## [Stored data]
------------------------
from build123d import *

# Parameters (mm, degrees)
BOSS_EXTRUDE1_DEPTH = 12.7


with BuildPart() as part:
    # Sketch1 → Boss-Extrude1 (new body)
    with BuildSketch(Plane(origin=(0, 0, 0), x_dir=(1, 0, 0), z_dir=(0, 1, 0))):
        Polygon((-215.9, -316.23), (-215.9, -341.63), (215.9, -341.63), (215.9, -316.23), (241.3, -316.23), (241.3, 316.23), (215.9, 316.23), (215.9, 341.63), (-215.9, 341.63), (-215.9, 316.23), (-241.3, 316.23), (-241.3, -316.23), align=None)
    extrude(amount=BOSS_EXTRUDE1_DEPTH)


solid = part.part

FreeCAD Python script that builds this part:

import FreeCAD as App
import Part
import Sketcher
from FreeCAD import Vector
Q = App.Units.Quantity


def add_polygon(sketch, points):
    """Adds a closed chain of lines whose ends are joined by coincident constraints."""
    first, n = sketch.GeometryCount, len(points)
    for a, b in zip(points, points[1:] + points[:1]):
        sketch.addGeometry(Part.LineSegment(App.Vector(*a, 0), App.Vector(*b, 0)), False)
    for i in range(n):
        sketch.addConstraint(Sketcher.Constraint("Coincident", first + i, 2, first + (i + 1) % n, 1))

doc = App.newDocument("Part")
body = doc.addObject("PartDesign::Body", "Body")

# Sketch on XZ plane
sketch1 = body.newObject("Sketcher::SketchObject", "Sketch")
sketch1.AttachmentSupport = (doc.getObject("XZ_Plane"), [""])
sketch1.MapMode = "FlatFace"
add_polygon(sketch1, [(-216, 316), (-216, 342), (216, 342), (216, 316), (241, 316), (241, -316), (216, -316), (216, -342), (-216, -342), (-216, -316), (-241, -316), (-241, 316)])  # lines 0-11
sketch1.addConstraint([
    Sketcher.Constraint("Vertical", 0),
    Sketcher.Constraint("Horizontal", 1),
    Sketcher.Constraint("Vertical", 2),
    Sketcher.Constraint("Horizontal", 3),
    Sketcher.Constraint("Vertical", 4),
    Sketcher.Constraint("Horizontal", 5),
    Sketcher.Constraint("Vertical", 6),
    Sketcher.Constraint("Horizontal", 7),
    Sketcher.Constraint("Vertical", 8),
    Sketcher.Constraint("Horizontal", 9),
    Sketcher.Constraint("Vertical", 10),
    Sketcher.Constraint("Horizontal", 11),
    Sketcher.Constraint("Symmetric", 0, 2, 6, 2, -1, 1),
    Sketcher.Constraint("Symmetric", 2, 2, 8, 2, -1, 1),
    Sketcher.Constraint("Symmetric", 4, 2, 10, 2, -1, 1),
    Sketcher.Constraint("Symmetric", 5, 2, 8, 2, -2),
    Sketcher.Constraint("Equal", 11, 0),
    Sketcher.Constraint("DistanceX", 1, 1, 1, 2, Q("17 in")),
    Sketcher.Constraint("DistanceX", 3, 1, 3, 2, Q("1 in")),
    Sketcher.Constraint("DistanceY", 4, 2, 4, 1, Q("24.9 in")),
])
pad1 = body.newObject("PartDesign::Pad", "Pad")
pad1.Profile = sketch1
pad1.Length = Q("0.5 in")
pad1.Reversed = True

doc.recompute()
------------------------
## [Work to complete]
Among the records above, repeat exactly the line with "BOSS_EXTRUDE1_DEPTH = 12.7", the line with "FreeCAD Python script", and every line in between, and only those.

## [Answer to the problem]
BOSS_EXTRUDE1_DEPTH = 12.7


with BuildPart() as part:
    # Sketch1 → Boss-Extrude1 (new body)
    with BuildSketch(Plane(origin=(0, 0, 0), x_dir=(1, 0, 0), z_dir=(0, 1, 0))):
        Polygon((-215.9, -316.23), (-215.9, -341.63), (215.9, -341.63), (215.9, -316.23), (241.3, -316.23), (241.3, 316.23), (215.9, 316.23), (215.9, 341.63), (-215.9, 341.63), (-215.9, 316.23), (-241.3, 316.23), (-241.3, -316.23), align=None)
    extrude(amount=BOSS_EXTRUDE1_DEPTH)


solid = part.part

FreeCAD Python script that builds this part:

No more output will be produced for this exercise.